A vertical take off from your own hospital pad gets you high enough, quickly enough, to give more emergency landing and fly-away options. A normal departure maximizes your time over cars and people, with fewer options if your single engine, or one of your dual engines, quits. Do a vertical take off all the time, if power and weight allow.

 

A vertical take off, from the ground, at an airport, minimizes the time that your rotor wash interacts with parked fixed wing. The sooner you get out of ground effect, and keep climbing, the less damage to parked airplanes.

 

Type of engine makes a difference. Some older technology engines, with small compressors for better fuel flow (C28 comes to mind) will not tolerate a rapid N1 acceleration. Pull pitch smoothly, and as quickly as your engines and drive train will allow without failure or abuse, and go straight up and out of ground effect.

 

This also makes a big difference in dusty, snowy and otherwise dirty environments.
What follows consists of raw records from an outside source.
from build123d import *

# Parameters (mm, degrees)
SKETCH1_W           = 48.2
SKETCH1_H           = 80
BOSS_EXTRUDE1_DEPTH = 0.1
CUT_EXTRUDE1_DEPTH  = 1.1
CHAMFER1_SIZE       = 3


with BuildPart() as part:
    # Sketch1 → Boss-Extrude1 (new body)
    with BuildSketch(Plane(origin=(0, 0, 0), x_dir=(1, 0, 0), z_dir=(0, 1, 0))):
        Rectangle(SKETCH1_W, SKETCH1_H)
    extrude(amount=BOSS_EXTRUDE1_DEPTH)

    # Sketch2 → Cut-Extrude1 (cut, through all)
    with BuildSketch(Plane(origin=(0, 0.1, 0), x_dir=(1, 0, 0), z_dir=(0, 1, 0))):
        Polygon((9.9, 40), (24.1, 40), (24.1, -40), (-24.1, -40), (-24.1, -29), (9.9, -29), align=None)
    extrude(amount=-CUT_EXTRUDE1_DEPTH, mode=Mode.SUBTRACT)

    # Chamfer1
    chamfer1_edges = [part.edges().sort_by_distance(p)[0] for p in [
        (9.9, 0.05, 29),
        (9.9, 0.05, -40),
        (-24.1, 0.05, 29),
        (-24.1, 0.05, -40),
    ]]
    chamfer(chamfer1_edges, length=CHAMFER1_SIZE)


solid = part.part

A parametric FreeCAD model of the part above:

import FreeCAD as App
import Part
import Sketcher
from FreeCAD import Vector


def edges_at(feature, points):
    """Names of the edges that pass closest to the given points."""
    edges = feature.Shape.Edges
    near = lambda p: min(range(len(edges)), key=lambda i: edges[i].distToShape(Part.Vertex(*p))[0])
    return sorted({f"Edge{near(p) + 1}" for p in points})


def add_polygon(sketch, points):
    """Adds a closed chain of lines whose ends are joined by coincident constraints."""
    first, n = sketch.GeometryCount, len(points)
    for a, b in zip(points, points[1:] + points[:1]):
        sketch.addGeometry(Part.LineSegment(App.Vector(*a, 0), App.Vector(*b, 0)), False)
    for i in range(n):
        sketch.addConstraint(Sketcher.Constraint("Coincident", first + i, 2, first + (i + 1) % n, 1))

doc = App.newDocument("Part")
body = doc.addObject("PartDesign::Body", "Body")

# Sketch on XZ plane
sketch1 = body.newObject("Sketcher::SketchObject", "Sketch")
sketch1.AttachmentSupport = (doc.getObject("XZ_Plane"), [""])
sketch1.MapMode = "FlatFace"
add_polygon(sketch1, [(-24, -40), (-24, 40), (24, 40), (24, -40)])  # lines 0-3
sketch1.addConstraint([
    Sketcher.Constraint("Vertical", 0),
    Sketcher.Constraint("Horizontal", 1),
    Sketcher.Constraint("Vertical", 2),
    Sketcher.Constraint("Horizontal", 3),
    Sketcher.Constraint("Symmetric", 0, 2, 2, 2, -1, 1),
    Sketcher.Constraint("DistanceY", 0, 1, 0, 2, 80.0),
    Sketcher.Constraint("DistanceX", 1, 1, 1, 2, 48.2),
])
pad1 = body.newObject("PartDesign::Pad", "Pad")
pad1.Profile = sketch1
pad1.Length = 0.1
pad1.Reversed = True

# Sketch on XZ plane
sketch2 = body.newObject("Sketcher::SketchObject", "Sketch001")
sketch2.AttachmentSupport = (doc.getObject("XZ_Plane"), [""])
sketch2.MapMode = "FlatFace"
sketch2.AttachmentOffset = App.Placement(Vector(0, 0, -0.1), App.Rotation())
add_polygon(sketch2, [(24, -40), (10, -40), (10, 29), (-24, 29), (-24, 40), (24, 40)])  # lines 0-5
sketch2.addConstraint([
    Sketcher.Constraint("Horizontal", 0),
    Sketcher.Constraint("Vertical", 1),
    Sketcher.Constraint("Horizontal", 2),
    Sketcher.Constraint("Vertical", 3),
    Sketcher.Constraint("Horizontal", 4),
    Sketcher.Constraint("Vertical", 5),
    Sketcher.Constraint("Symmetric", 3, 2, 5, 2, -1, 1),
    Sketcher.Constraint("DistanceX", 2, 2, 2, 1, 34.0),
    Sketcher.Constraint("DistanceY", 1, 1, 1, 2, 69.0),
    Sketcher.Constraint("DistanceY", 3, 1, 3, 2, 11.0),
    Sketcher.Constraint("DistanceX", 0, 2, 0, 1, 14.2),
])
pocket1 = body.newObject("PartDesign::Pocket", "Pocket")
pocket1.Profile = sketch2
pocket1.Type = "ThroughAll"
pocket1.Reversed = True
doc.recompute()

chamfer = body.newObject("PartDesign::Chamfer", "Chamfer")
chamfer.Base = (pocket1, edges_at(pocket1, [
    (9.9, 0.05, 29),
    (9.9, 0.05, -40),
    (-24.1, 0.05, 29),
    (-24.1, 0.05, -40),
]))
chamfer.Size = 3

doc.recompute()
The sooner you get out of ground effect, the less likely a brown out or white out, and the less damage you do to your rotor blades and etc.

 

A smartly-done vertical take off does not abuse the machine and does not correspond to cowboying. I don't mean yanking it up, but, rather, what you normally call a Max Performance take off, without the hover. From the ground with no dawdling. You gotta have the power-to-weight to do it, though.

 

Do it all the time, and especially under light-weight and non-demanding conditions, and you will find it much easier to do it heavy, in the dark, in the rain, with rotating beacons all around you and blackness above.

 

From the ground, pull collective, monitor N1, Temp and Torque for normal acceleration and limits. Go straight up until 50' above obstacles, or 150', transition to forward flight on heading. Day, stay on heading to 300' before turning on course; and, Night, stay on heading until 500' before turning on course.

 

Do it all the time, all the time, all the time, until it becomes totally normal.

 

This practice and procedure will save your bacon some dark and stormy night.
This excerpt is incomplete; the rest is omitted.